Collected data entries
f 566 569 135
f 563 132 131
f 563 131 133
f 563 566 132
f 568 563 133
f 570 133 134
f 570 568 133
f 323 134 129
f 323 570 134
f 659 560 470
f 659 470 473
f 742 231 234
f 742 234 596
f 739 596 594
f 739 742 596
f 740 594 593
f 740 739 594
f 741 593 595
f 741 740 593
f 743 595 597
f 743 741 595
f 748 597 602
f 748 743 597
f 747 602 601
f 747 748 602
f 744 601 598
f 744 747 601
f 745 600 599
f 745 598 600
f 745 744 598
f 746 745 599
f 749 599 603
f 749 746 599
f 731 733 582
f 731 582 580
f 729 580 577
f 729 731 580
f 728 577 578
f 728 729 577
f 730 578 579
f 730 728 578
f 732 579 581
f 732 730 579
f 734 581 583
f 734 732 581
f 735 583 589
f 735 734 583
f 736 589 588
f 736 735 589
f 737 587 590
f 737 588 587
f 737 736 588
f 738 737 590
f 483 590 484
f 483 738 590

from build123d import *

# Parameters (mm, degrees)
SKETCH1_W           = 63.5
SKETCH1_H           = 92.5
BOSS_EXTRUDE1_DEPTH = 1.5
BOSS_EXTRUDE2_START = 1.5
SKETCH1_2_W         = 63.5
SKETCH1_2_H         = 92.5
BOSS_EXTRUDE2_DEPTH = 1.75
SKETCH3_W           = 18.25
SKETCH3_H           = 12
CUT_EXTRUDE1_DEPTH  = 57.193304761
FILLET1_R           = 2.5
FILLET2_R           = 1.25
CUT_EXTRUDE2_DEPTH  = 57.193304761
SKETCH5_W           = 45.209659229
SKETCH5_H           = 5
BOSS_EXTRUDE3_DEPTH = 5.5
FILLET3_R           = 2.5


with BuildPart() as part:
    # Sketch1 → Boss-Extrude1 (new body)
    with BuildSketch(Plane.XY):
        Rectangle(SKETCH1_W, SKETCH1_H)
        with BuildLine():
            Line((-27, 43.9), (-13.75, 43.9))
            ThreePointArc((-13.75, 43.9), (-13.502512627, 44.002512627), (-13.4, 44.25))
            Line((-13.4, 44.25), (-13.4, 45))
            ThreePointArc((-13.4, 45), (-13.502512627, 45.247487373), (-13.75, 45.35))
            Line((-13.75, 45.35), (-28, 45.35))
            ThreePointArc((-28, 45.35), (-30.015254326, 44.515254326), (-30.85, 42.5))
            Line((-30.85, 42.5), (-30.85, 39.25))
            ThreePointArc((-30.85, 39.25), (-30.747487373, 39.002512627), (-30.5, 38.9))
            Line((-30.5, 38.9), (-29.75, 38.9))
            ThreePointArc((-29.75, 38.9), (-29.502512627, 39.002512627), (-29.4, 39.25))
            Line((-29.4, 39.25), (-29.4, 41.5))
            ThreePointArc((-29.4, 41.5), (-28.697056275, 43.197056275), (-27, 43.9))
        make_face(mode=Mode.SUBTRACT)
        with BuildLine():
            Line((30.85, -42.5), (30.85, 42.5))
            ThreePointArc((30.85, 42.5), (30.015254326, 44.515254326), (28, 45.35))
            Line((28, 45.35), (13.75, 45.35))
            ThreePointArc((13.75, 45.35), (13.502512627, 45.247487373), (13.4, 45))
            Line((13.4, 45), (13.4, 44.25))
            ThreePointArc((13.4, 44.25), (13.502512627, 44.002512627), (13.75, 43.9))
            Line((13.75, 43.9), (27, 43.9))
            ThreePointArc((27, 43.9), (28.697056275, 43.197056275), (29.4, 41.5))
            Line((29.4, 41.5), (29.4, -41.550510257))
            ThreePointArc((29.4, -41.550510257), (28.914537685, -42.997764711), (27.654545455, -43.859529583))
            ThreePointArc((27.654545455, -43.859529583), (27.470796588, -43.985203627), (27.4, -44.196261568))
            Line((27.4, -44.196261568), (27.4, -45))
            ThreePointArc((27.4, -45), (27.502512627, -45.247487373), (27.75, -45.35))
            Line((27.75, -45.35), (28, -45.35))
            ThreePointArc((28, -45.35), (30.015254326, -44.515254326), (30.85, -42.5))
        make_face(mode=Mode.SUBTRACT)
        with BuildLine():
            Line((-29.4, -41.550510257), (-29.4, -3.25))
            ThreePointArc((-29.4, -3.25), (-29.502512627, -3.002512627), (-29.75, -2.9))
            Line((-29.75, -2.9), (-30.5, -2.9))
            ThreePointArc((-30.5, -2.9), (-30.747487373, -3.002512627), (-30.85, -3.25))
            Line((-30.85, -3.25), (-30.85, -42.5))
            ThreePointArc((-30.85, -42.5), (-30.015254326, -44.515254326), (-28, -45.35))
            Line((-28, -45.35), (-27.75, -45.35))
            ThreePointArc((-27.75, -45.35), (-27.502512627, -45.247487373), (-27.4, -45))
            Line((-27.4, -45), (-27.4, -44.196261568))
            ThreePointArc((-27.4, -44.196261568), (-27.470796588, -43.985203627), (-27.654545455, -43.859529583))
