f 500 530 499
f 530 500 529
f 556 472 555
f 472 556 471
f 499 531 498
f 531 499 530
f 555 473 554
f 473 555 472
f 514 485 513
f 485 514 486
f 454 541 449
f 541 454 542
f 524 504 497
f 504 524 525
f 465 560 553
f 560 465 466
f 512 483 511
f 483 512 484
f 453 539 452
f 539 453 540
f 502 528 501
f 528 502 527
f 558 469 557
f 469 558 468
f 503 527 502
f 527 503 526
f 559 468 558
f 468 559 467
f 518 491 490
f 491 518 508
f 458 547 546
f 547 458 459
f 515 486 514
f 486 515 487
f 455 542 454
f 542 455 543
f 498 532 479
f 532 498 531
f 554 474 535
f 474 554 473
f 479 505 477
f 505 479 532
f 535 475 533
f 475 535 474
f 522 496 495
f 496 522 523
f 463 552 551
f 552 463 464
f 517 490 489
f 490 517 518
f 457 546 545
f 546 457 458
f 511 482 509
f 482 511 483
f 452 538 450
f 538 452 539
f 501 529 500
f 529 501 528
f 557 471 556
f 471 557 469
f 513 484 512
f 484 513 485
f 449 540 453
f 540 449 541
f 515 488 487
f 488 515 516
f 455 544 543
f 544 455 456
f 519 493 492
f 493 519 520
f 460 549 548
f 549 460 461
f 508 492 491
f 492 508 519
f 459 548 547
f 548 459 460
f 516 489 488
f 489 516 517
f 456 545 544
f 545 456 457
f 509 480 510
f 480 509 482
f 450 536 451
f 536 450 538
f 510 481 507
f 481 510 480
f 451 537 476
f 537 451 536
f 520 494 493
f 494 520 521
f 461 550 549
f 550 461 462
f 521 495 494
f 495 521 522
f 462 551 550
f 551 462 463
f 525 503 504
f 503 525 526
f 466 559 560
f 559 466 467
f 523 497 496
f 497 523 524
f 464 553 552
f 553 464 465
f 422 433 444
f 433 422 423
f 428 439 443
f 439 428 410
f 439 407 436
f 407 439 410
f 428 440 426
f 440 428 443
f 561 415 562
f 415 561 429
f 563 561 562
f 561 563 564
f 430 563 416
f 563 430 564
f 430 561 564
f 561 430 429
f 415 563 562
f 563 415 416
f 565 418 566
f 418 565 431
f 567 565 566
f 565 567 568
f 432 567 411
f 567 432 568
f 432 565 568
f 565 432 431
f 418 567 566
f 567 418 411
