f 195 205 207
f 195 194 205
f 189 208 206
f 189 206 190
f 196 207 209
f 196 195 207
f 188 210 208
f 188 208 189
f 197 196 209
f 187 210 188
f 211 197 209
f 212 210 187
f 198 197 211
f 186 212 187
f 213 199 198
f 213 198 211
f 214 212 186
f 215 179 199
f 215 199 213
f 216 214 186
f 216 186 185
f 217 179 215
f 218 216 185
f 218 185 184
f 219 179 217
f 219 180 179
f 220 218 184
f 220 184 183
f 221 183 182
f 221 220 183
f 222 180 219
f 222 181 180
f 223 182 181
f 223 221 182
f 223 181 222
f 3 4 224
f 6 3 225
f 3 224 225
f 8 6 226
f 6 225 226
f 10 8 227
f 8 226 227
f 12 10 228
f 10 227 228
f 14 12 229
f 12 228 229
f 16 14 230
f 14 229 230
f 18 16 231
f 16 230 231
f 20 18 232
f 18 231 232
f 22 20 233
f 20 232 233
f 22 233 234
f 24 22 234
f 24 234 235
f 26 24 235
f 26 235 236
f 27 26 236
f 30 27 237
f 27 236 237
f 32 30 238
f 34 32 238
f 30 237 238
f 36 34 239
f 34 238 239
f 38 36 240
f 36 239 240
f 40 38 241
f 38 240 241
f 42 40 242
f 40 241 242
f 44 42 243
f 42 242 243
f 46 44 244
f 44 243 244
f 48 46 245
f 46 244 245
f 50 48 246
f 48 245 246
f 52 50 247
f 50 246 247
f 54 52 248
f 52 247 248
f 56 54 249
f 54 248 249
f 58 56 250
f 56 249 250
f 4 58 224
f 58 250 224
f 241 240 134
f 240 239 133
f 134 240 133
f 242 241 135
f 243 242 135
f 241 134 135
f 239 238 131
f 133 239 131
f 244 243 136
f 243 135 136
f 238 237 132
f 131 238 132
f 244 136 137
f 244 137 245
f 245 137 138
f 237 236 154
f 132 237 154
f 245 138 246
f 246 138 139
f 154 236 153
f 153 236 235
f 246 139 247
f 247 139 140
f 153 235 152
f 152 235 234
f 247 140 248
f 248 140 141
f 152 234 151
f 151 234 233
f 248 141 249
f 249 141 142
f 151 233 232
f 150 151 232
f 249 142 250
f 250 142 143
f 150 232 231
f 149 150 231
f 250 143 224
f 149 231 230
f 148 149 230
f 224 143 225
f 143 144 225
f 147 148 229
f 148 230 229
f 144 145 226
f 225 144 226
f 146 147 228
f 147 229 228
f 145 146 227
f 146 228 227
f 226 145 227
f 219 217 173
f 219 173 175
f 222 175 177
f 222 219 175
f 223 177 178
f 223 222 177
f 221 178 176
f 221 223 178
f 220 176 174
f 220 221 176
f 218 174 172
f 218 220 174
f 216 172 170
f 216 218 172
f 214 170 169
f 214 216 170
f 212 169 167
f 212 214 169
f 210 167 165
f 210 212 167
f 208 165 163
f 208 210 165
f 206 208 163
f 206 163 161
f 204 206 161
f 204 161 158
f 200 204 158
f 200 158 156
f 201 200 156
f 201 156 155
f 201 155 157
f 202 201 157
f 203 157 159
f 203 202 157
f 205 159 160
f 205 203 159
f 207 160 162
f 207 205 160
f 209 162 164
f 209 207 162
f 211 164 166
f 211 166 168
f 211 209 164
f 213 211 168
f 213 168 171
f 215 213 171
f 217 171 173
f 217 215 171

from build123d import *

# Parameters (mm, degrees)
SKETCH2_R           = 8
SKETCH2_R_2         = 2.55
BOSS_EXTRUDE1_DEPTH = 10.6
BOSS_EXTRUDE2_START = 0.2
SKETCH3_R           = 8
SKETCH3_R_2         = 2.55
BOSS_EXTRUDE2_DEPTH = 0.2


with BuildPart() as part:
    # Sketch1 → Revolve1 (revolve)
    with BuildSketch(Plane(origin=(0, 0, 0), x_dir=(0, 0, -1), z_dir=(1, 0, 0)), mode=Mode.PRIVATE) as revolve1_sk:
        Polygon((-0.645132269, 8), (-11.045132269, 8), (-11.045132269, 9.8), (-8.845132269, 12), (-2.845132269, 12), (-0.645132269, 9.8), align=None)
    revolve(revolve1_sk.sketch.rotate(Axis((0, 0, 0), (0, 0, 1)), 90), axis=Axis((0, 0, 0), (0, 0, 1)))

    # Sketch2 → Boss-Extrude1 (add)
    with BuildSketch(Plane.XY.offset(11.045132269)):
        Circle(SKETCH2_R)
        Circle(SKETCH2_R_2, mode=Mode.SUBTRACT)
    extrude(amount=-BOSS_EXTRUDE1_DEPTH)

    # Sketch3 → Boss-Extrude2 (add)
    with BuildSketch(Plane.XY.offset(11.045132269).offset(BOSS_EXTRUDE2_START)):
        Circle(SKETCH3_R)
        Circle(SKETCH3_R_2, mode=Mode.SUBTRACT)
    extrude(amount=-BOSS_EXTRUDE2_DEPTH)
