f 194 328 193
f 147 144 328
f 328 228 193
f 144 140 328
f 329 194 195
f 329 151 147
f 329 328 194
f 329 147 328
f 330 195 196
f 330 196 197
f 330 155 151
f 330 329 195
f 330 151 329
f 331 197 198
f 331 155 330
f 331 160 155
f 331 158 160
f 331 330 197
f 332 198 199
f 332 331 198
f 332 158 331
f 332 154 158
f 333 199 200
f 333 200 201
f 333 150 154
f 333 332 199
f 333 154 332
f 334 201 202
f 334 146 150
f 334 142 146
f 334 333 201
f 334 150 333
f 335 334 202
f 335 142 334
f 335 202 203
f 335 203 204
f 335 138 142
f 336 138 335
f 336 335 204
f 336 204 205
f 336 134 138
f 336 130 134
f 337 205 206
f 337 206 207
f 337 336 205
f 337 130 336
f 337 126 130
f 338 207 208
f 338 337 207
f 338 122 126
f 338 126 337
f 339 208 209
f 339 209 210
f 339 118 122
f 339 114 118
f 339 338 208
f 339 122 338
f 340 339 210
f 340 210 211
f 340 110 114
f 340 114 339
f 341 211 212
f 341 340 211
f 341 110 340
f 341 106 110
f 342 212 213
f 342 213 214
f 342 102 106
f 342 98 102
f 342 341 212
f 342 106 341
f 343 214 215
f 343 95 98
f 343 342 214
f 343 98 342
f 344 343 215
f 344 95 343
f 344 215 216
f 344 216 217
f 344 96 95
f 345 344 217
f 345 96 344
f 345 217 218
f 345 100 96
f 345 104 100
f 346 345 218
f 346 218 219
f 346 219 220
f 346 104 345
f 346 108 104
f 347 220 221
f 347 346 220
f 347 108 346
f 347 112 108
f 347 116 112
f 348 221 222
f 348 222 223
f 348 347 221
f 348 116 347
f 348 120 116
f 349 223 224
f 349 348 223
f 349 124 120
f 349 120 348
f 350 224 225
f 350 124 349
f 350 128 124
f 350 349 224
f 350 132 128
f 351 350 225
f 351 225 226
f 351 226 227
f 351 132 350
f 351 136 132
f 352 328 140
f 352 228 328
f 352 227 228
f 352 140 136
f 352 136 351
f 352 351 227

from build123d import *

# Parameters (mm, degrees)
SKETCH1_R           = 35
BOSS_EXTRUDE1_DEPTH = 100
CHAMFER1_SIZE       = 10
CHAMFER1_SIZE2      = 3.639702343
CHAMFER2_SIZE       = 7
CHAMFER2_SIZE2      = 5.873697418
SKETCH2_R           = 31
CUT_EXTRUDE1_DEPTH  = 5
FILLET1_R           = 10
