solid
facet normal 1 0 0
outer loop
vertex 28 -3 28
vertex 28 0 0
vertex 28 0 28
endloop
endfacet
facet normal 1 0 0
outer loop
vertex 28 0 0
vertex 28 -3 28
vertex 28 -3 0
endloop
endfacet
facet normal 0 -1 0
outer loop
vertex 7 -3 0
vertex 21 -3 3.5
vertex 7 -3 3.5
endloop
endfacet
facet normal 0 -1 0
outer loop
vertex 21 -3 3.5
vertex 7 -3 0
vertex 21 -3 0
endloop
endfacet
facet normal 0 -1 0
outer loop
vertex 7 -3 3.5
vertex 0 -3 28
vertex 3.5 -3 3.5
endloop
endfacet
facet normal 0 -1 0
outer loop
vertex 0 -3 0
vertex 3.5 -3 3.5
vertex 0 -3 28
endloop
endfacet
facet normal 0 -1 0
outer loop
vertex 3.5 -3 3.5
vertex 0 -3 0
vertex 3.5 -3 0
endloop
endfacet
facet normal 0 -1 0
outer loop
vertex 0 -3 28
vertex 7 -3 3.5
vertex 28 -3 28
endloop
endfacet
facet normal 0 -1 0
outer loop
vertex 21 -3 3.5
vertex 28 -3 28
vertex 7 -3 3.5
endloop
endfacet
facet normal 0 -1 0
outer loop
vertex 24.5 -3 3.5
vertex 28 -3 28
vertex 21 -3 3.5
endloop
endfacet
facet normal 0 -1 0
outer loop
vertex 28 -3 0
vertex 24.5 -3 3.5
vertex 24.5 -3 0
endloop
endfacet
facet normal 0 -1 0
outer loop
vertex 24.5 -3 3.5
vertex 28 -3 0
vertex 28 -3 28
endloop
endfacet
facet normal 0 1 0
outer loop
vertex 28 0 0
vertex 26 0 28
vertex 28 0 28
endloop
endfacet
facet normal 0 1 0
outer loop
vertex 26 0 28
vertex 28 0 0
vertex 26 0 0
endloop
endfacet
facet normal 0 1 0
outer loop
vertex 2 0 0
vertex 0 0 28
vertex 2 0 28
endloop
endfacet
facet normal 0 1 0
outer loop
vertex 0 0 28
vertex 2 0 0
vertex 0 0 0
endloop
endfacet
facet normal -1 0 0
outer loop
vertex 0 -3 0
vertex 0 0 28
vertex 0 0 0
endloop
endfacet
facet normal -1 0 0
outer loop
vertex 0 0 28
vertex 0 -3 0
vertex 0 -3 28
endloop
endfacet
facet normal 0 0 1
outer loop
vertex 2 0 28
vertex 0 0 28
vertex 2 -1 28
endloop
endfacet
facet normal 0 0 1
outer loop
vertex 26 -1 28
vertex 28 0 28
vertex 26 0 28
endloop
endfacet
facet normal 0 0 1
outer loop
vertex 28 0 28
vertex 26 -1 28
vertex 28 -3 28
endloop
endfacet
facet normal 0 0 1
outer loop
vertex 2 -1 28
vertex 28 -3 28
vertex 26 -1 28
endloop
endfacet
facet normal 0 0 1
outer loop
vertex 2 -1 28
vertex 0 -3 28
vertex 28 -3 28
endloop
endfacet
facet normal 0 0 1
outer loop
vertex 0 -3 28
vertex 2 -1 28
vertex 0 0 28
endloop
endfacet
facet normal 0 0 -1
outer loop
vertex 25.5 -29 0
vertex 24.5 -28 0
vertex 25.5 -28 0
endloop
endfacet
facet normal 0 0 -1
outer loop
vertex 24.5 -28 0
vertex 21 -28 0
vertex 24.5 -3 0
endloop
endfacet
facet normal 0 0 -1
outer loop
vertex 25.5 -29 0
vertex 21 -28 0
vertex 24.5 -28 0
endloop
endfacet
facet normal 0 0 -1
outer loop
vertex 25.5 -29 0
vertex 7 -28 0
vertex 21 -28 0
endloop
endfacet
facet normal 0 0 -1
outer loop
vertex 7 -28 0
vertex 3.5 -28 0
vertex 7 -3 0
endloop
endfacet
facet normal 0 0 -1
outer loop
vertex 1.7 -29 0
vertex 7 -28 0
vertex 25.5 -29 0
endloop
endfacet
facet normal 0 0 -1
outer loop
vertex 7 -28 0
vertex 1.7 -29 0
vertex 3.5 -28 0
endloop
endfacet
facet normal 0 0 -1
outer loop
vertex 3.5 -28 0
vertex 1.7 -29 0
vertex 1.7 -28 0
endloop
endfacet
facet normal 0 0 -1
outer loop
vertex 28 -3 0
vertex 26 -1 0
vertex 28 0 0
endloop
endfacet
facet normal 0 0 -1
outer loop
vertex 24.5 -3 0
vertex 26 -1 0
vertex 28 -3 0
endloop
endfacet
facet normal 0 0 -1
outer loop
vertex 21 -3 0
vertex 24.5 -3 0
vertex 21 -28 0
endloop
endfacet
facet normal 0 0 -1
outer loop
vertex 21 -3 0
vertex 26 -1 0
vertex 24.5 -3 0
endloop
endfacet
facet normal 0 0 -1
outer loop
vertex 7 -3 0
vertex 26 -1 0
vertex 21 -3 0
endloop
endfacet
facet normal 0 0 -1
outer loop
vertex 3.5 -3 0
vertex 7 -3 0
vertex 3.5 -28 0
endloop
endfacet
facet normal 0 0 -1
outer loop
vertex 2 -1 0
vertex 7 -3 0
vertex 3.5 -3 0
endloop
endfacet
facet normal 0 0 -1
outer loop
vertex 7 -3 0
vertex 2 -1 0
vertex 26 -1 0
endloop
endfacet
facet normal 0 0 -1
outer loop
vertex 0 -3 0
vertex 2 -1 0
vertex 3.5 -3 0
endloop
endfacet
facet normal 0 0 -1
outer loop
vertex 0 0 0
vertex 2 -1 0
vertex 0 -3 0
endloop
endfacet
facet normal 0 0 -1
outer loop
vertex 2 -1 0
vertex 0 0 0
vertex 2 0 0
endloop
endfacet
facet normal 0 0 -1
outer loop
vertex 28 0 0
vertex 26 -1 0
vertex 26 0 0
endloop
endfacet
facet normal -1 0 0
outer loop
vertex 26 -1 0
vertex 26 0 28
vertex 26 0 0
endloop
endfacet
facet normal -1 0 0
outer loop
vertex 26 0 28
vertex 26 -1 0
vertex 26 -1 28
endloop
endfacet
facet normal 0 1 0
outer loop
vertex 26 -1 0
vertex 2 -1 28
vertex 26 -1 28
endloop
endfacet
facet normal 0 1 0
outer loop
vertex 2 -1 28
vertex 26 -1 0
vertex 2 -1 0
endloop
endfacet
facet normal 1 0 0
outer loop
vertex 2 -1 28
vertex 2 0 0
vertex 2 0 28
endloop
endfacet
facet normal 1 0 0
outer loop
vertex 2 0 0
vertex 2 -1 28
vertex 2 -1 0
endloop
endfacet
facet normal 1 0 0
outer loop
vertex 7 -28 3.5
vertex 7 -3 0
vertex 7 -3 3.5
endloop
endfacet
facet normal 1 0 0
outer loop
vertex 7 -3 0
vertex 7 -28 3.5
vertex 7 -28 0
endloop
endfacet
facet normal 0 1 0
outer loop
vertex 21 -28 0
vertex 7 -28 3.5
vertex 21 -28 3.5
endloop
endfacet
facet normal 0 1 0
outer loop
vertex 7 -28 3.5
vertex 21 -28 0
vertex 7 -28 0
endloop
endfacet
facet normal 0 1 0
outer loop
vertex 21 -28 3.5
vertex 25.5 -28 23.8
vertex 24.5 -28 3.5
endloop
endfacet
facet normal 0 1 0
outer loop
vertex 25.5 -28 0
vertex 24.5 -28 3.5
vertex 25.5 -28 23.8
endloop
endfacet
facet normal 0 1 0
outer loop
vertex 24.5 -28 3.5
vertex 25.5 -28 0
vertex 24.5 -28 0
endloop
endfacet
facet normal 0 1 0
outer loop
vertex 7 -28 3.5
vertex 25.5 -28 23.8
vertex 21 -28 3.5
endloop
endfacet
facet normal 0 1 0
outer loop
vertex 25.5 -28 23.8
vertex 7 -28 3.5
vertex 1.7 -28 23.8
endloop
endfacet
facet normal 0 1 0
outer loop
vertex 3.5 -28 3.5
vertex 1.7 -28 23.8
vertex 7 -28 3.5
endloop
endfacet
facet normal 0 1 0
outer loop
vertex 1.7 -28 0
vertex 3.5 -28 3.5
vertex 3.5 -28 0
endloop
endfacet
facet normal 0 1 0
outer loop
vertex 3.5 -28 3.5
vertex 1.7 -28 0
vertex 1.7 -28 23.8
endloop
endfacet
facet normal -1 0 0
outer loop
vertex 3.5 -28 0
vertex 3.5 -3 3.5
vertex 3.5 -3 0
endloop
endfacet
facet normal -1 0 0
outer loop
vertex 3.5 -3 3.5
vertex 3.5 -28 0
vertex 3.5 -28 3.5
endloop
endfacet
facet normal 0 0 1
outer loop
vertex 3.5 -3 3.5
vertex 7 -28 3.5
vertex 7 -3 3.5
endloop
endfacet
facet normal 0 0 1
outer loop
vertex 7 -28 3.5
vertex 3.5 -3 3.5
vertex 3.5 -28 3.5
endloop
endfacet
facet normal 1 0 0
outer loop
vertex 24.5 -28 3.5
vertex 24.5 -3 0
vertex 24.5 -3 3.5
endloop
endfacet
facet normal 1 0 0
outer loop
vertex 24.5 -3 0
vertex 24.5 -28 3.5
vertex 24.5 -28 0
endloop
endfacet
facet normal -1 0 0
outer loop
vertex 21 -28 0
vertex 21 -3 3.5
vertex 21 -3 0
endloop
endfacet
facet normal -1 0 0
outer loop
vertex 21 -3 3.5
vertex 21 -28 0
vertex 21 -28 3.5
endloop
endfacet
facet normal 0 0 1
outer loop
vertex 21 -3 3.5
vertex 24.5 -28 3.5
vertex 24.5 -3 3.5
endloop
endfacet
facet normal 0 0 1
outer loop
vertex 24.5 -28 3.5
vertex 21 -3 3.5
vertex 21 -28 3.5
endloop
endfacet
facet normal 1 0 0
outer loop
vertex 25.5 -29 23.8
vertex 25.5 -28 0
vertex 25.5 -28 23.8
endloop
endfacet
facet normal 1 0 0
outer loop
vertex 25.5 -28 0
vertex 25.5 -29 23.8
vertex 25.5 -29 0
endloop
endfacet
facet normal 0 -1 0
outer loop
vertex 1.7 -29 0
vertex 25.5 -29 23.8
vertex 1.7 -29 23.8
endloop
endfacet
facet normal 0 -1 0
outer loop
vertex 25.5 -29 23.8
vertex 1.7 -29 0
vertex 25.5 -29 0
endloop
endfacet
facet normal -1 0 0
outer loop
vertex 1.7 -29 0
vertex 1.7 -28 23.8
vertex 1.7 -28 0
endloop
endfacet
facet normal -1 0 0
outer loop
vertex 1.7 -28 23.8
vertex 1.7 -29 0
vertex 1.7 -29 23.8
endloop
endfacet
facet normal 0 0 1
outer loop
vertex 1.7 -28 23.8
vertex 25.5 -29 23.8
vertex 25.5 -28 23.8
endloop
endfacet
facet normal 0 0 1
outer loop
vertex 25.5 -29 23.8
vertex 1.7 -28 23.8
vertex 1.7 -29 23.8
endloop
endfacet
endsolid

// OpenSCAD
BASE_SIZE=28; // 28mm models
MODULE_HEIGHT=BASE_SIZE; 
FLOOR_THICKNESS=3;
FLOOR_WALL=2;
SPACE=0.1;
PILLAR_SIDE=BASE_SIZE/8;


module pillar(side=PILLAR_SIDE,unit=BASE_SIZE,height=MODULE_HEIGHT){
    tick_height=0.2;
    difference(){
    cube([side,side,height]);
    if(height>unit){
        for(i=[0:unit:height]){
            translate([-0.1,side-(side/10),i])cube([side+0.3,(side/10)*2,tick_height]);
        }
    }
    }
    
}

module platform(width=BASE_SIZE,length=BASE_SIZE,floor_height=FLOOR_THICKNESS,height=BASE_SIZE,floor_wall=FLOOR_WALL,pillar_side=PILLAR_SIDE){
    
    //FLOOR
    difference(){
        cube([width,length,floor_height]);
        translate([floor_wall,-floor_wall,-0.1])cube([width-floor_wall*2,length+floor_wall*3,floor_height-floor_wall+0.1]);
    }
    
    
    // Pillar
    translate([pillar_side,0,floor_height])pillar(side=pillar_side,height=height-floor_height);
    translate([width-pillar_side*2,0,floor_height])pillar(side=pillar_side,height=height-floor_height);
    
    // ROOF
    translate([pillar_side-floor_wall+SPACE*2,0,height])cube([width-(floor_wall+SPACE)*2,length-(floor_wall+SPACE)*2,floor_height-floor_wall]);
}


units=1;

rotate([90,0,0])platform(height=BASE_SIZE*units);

## [What this task involves]
Look at the records above. Copy every line where the string "SUBTRACT" occurs.

## [Response below]
        make_face(mode=Mode.SUBTRACT)
        make_face(mode=Mode.SUBTRACT)
        Circle(SKETCH2_R_2, mode=Mode.SUBTRACT)
        Circle(SKETCH3_R_2, mode=Mode.SUBTRACT)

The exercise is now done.